**Work task**
Copy the lines below exactly. Start at the first and finish with the line containing "Circle(F0_R_2, mode=Mode.SUBTRACT)".

**Input**

-- Opening Marker --

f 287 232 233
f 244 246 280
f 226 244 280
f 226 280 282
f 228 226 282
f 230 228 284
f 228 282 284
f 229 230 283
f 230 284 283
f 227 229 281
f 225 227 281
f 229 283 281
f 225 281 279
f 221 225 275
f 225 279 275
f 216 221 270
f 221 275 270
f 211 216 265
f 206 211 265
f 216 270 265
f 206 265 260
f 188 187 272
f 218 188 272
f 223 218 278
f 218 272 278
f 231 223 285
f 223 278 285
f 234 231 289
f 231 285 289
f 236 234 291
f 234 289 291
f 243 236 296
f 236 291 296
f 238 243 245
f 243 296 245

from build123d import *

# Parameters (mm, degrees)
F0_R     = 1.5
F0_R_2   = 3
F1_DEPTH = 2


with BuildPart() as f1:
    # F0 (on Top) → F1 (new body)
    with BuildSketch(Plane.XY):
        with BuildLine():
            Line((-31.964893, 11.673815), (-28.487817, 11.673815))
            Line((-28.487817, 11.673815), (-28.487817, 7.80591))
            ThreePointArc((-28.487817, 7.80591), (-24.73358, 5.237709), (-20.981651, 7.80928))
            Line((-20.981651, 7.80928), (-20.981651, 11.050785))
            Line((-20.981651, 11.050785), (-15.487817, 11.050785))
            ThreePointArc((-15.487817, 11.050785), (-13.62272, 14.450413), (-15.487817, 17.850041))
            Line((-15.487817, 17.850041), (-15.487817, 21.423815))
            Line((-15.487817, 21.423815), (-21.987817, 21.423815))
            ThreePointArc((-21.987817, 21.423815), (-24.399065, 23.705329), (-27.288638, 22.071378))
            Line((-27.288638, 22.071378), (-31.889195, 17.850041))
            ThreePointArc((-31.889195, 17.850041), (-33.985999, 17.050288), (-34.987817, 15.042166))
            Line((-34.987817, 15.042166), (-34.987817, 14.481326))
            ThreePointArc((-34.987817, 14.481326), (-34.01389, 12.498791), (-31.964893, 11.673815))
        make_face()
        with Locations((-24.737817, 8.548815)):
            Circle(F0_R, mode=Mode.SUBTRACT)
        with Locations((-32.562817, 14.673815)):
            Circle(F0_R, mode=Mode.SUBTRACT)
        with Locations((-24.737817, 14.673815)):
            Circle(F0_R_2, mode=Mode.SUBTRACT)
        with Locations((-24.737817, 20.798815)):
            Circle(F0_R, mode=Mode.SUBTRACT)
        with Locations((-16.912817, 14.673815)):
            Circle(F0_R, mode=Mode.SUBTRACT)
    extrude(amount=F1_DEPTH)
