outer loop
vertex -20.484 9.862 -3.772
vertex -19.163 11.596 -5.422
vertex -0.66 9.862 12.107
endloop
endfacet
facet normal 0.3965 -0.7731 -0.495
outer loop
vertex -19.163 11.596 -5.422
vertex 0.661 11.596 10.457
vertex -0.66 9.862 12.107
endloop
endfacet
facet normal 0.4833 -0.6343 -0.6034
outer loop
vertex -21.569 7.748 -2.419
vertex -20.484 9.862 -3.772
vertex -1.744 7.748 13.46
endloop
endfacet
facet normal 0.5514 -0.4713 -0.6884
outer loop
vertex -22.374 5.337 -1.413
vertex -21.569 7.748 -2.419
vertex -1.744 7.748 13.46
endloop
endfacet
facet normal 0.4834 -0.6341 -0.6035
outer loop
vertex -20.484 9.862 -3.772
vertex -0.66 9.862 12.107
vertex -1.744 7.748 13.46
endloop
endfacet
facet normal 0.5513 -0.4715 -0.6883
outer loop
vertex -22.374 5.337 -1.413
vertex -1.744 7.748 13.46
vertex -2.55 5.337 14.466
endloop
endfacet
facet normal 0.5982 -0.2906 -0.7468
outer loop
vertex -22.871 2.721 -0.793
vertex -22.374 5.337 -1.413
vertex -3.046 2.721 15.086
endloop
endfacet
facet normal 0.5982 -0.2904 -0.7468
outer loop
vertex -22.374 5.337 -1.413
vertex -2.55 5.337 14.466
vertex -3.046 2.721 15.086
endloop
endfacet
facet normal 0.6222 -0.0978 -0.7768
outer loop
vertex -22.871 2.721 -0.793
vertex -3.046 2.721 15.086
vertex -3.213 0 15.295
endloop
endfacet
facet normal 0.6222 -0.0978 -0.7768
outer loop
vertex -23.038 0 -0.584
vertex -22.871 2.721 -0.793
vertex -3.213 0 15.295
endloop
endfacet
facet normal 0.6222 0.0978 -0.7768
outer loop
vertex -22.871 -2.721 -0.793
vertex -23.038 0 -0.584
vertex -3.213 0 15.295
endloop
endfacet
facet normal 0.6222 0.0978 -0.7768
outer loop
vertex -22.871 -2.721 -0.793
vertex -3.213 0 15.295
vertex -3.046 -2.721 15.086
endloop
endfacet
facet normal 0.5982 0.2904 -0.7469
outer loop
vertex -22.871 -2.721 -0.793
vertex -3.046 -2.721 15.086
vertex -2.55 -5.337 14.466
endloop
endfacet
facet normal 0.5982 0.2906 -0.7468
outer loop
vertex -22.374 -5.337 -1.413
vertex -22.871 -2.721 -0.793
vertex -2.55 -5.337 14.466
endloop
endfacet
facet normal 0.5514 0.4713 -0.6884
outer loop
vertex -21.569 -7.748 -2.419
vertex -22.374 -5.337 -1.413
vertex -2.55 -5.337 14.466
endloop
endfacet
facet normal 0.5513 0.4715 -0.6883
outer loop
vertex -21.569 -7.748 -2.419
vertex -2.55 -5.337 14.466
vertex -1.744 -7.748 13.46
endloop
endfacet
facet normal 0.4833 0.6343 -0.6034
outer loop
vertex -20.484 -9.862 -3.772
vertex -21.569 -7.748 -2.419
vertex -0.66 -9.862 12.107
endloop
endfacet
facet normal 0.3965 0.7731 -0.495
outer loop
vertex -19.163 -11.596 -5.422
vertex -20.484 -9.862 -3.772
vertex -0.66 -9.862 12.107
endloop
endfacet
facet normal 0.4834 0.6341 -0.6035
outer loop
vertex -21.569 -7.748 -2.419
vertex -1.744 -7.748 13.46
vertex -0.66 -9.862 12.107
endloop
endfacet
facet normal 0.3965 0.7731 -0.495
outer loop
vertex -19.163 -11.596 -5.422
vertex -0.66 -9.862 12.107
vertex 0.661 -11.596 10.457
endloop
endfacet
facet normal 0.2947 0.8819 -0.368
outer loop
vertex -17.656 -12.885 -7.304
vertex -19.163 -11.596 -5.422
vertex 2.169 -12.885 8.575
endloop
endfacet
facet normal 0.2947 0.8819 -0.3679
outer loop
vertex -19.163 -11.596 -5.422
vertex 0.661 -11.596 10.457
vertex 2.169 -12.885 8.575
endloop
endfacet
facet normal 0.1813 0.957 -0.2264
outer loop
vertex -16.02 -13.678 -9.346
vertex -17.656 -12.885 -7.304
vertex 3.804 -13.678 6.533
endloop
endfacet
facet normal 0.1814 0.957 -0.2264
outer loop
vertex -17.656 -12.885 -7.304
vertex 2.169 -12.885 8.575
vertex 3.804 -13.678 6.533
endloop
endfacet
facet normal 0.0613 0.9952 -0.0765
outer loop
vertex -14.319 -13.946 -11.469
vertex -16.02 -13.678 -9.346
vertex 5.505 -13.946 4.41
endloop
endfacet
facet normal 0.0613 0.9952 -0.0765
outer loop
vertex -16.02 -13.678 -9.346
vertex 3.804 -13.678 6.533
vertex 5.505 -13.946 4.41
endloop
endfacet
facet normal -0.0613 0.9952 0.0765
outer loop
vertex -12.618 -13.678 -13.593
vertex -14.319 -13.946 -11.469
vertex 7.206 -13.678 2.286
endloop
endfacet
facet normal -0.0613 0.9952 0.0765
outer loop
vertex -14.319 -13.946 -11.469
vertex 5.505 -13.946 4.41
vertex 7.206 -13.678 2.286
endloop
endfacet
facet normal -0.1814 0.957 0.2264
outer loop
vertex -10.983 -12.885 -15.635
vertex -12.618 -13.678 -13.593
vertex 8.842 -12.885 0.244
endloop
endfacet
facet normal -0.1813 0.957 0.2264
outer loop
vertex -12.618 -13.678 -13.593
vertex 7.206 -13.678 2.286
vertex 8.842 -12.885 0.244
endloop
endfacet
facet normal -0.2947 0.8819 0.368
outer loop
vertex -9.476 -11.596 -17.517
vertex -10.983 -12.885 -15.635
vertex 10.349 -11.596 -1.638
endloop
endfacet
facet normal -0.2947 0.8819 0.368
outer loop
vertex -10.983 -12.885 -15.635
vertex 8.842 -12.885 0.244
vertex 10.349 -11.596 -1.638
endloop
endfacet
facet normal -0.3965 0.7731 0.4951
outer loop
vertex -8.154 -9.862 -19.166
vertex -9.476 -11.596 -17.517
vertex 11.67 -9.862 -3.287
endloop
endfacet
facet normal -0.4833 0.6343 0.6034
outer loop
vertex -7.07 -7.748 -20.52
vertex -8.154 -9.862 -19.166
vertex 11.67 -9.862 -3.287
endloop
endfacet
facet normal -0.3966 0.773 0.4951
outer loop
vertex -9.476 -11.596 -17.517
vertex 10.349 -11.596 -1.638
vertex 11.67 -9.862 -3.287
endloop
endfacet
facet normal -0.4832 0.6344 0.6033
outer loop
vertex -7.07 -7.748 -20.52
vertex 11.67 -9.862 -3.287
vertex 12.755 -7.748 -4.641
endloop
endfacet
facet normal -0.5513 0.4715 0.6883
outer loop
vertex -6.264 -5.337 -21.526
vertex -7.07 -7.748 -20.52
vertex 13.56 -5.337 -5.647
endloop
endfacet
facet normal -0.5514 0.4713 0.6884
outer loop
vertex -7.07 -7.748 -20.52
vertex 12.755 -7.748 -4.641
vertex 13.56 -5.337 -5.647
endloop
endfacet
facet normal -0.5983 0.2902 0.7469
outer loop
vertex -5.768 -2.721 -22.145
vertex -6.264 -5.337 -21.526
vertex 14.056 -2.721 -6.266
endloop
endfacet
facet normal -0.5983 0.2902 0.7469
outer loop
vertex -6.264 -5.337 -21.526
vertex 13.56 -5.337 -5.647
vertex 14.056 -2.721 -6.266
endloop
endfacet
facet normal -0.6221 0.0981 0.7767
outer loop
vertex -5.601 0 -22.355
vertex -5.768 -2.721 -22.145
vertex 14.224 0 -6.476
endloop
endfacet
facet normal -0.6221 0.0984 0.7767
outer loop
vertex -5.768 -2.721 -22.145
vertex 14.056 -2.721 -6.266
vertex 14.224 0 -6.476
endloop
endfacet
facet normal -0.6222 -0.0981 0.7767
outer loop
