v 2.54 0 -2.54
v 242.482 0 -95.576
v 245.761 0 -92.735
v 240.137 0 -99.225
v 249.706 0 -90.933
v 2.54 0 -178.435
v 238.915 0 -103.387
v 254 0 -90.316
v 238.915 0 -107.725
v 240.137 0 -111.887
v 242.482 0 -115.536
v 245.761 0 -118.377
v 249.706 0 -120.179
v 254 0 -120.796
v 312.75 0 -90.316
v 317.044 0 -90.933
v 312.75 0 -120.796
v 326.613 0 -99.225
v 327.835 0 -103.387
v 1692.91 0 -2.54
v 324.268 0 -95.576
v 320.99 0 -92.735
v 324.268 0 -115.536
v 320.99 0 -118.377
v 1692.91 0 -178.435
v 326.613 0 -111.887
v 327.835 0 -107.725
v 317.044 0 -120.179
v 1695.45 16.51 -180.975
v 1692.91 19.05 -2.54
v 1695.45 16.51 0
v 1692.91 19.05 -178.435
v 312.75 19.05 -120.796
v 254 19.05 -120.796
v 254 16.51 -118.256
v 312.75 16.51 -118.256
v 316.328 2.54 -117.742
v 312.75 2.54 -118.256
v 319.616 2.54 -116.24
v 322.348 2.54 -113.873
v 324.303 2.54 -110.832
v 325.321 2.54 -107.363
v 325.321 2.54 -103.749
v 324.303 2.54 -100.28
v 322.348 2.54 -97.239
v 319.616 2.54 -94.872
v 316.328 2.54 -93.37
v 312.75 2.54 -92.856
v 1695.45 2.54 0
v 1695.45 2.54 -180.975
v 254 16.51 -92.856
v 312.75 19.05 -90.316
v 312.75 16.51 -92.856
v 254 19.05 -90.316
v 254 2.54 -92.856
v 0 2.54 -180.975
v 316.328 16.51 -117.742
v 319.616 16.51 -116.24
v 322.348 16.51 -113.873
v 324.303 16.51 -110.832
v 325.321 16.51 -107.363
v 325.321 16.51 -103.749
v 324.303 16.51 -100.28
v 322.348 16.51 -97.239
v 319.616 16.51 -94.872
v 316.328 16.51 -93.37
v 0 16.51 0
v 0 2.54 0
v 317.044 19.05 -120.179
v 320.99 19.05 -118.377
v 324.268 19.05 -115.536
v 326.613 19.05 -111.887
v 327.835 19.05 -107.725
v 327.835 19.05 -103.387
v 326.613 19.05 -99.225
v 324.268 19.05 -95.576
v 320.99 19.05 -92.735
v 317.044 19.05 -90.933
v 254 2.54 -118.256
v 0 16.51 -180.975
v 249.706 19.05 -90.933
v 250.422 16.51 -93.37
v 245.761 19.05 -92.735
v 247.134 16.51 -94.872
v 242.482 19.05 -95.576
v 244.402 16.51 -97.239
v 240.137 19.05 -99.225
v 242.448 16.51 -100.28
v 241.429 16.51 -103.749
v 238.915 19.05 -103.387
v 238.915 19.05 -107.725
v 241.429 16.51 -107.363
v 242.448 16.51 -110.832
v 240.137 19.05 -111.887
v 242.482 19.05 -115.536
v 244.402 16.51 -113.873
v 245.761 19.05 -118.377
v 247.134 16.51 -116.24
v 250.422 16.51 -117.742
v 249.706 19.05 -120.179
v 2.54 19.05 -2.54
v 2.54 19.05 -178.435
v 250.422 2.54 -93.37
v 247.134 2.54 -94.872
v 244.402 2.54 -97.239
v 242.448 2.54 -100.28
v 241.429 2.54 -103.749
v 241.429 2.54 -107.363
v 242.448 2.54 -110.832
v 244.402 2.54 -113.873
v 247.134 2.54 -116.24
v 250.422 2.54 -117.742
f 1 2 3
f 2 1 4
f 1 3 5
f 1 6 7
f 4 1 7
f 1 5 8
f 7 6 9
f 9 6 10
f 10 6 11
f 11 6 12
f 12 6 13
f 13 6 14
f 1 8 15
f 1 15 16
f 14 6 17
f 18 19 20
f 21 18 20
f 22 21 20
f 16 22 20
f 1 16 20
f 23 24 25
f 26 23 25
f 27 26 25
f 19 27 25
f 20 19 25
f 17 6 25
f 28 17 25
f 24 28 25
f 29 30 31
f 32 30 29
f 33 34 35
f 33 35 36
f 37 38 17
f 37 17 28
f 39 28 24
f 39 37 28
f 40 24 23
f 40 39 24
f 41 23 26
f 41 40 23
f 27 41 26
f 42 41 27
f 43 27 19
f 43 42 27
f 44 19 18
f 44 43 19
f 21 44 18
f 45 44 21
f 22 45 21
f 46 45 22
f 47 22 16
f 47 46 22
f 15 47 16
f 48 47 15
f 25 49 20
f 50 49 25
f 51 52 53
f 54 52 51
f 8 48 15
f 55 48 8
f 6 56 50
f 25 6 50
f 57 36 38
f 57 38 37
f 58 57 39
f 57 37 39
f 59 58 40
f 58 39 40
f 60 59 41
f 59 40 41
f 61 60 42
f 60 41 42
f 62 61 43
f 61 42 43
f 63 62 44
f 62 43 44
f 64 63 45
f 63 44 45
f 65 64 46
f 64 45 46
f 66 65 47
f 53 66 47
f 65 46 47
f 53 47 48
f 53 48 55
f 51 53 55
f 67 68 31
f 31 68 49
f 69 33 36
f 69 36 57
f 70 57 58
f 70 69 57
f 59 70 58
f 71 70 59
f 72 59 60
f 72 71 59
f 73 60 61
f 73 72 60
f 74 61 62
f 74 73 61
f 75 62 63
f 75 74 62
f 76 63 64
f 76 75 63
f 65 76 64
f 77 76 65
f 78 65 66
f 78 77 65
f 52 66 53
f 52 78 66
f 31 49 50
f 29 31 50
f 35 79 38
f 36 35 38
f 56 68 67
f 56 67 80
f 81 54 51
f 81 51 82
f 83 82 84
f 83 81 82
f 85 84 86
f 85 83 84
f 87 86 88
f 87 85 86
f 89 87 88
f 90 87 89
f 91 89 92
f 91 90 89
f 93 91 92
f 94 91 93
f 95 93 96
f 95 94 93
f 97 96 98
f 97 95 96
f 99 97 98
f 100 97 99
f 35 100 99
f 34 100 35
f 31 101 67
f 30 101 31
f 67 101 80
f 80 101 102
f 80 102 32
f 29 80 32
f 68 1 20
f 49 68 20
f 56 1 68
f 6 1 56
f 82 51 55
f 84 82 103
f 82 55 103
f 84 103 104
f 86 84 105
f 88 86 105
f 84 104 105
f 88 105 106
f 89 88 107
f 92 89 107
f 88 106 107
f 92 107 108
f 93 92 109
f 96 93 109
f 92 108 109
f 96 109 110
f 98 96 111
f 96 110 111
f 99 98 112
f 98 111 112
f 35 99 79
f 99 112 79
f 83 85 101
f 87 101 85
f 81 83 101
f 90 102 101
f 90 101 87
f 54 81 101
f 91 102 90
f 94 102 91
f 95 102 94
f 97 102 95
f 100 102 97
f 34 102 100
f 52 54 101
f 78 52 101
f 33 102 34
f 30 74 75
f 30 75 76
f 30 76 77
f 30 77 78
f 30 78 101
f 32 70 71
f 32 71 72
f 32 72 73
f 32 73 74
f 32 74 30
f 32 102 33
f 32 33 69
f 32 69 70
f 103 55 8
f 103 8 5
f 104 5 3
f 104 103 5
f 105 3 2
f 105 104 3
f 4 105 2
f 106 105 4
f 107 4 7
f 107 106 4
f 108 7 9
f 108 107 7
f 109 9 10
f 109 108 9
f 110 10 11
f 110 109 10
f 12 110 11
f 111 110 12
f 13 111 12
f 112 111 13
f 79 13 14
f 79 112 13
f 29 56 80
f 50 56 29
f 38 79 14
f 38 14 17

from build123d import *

# Parameters (mm, degrees)
SKETCH1_W           = 1695.45
SKETCH1_H           = 180.975
BOSS_EXTRUDE1_DEPTH = 19.05
CHAMFER1_SIZE       = 2.54
CHAMFER2_SIZE       = 2.54


with BuildPart() as part:
    # Sketch1 → Boss-Extrude1 (new body)
    with BuildSketch(Plane(origin=(0, 0, 0), x_dir=(1, 0, 0), z_dir=(0, 1, 0))):
        with Locations((847.725, 90.4875)):
            Rectangle(SKETCH1_W, SKETCH1_H)
        with BuildLine():
            Line((254, 118.25605), (312.7502, 118.25605))
            ThreePointArc((312.7502, 118.25605), (325.4502, 105.55605), (312.7502, 92.85605))
            Line((312.7502, 92.85605), (254, 92.85605))
            ThreePointArc((254, 92.85605), (241.3, 105.55605), (254, 118.25605))
        make_face(mode=Mode.SUBTRACT)
    extrude(amount=BOSS_EXTRUDE1_DEPTH)

    # Chamfer1
    chamfer1_edges = [part.edges().sort_by_distance(p)[0] for p in [
        (1695.45, 19.05, -90.4875),
        (325.4502, 19.05, -105.55605),
        (847.725, 19.05, -180.975),
        (283.3751, 19.05, -118.25605),
        (241.3, 19.05, -105.55605),
        (283.3751, 19.05, -92.85605),
        (0, 19.05, -90.4875),
        (847.725, 19.05, 0),
    ]]
    chamfer(chamfer1_edges, length=CHAMFER1_SIZE)

    # Chamfer2
    chamfer2_edges = [part.edges().sort_by_distance(p)[0] for p in [
        (325.4502, 0, -105.55605),
        (283.3751, 0, -118.25605),
        (241.3, 0, -105.55605),
        (283.3751, 0, -92.85605),
        (847.725, 0, -180.975),
        (1695.45, 0, -90.4875),
        (847.725, 0, 0),
        (0, 0, -90.4875),
    ]]
    chamfer(chamfer2_edges, length=CHAMFER2_SIZE)


solid = part.part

-- Closing Marker --

**Response**
f 287 232 233
f 244 246 280
f 226 244 280
f 226 280 282
f 228 226 282
f 230 228 284
f 228 282 284
f 229 230 283
f 230 284 283
f 227 229 281
f 225 227 281
f 229 283 281
f 225 281 279
f 221 225 275
f 225 279 275
f 216 221 270
f 221 275 270
f 211 216 265
f 206 211 265
f 216 270 265
f 206 265 260
f 188 187 272
f 218 188 272
f 223 218 278
f 218 272 278
f 231 223 285
f 223 278 285
f 234 231 289
f 231 285 289
f 236 234 291
f 234 289 291
f 243 236 296
f 236 291 296
f 238 243 245
f 243 296 245

from build123d import *

# Parameters (mm, degrees)
F0_R     = 1.5
F0_R_2   = 3
F1_DEPTH = 2


with BuildPart() as f1:
    # F0 (on Top) → F1 (new body)
    with BuildSketch(Plane.XY):
        with BuildLine():
            Line((-31.964893, 11.673815), (-28.487817, 11.673815))
            Line((-28.487817, 11.673815), (-28.487817, 7.80591))
            ThreePointArc((-28.487817, 7.80591), (-24.73358, 5.237709), (-20.981651, 7.80928))
            Line((-20.981651, 7.80928), (-20.981651, 11.050785))
            Line((-20.981651, 11.050785), (-15.487817, 11.050785))
            ThreePointArc((-15.487817, 11.050785), (-13.62272, 14.450413), (-15.487817, 17.850041))
            Line((-15.487817, 17.850041), (-15.487817, 21.423815))
            Line((-15.487817, 21.423815), (-21.987817, 21.423815))
            ThreePointArc((-21.987817, 21.423815), (-24.399065, 23.705329), (-27.288638, 22.071378))
            Line((-27.288638, 22.071378), (-31.889195, 17.850041))
            ThreePointArc((-31.889195, 17.850041), (-33.985999, 17.050288), (-34.987817, 15.042166))
            Line((-34.987817, 15.042166), (-34.987817, 14.481326))
            ThreePointArc((-34.987817, 14.481326), (-34.01389, 12.498791), (-31.964893, 11.673815))
        make_face()
        with Locations((-24.737817, 8.548815)):
            Circle(F0_R, mode=Mode.SUBTRACT)
        with Locations((-32.562817, 14.673815)):
            Circle(F0_R, mode=Mode.SUBTRACT)
        with Locations((-24.737817, 14.673815)):
            Circle(F0_R_2, mode=Mode.SUBTRACT)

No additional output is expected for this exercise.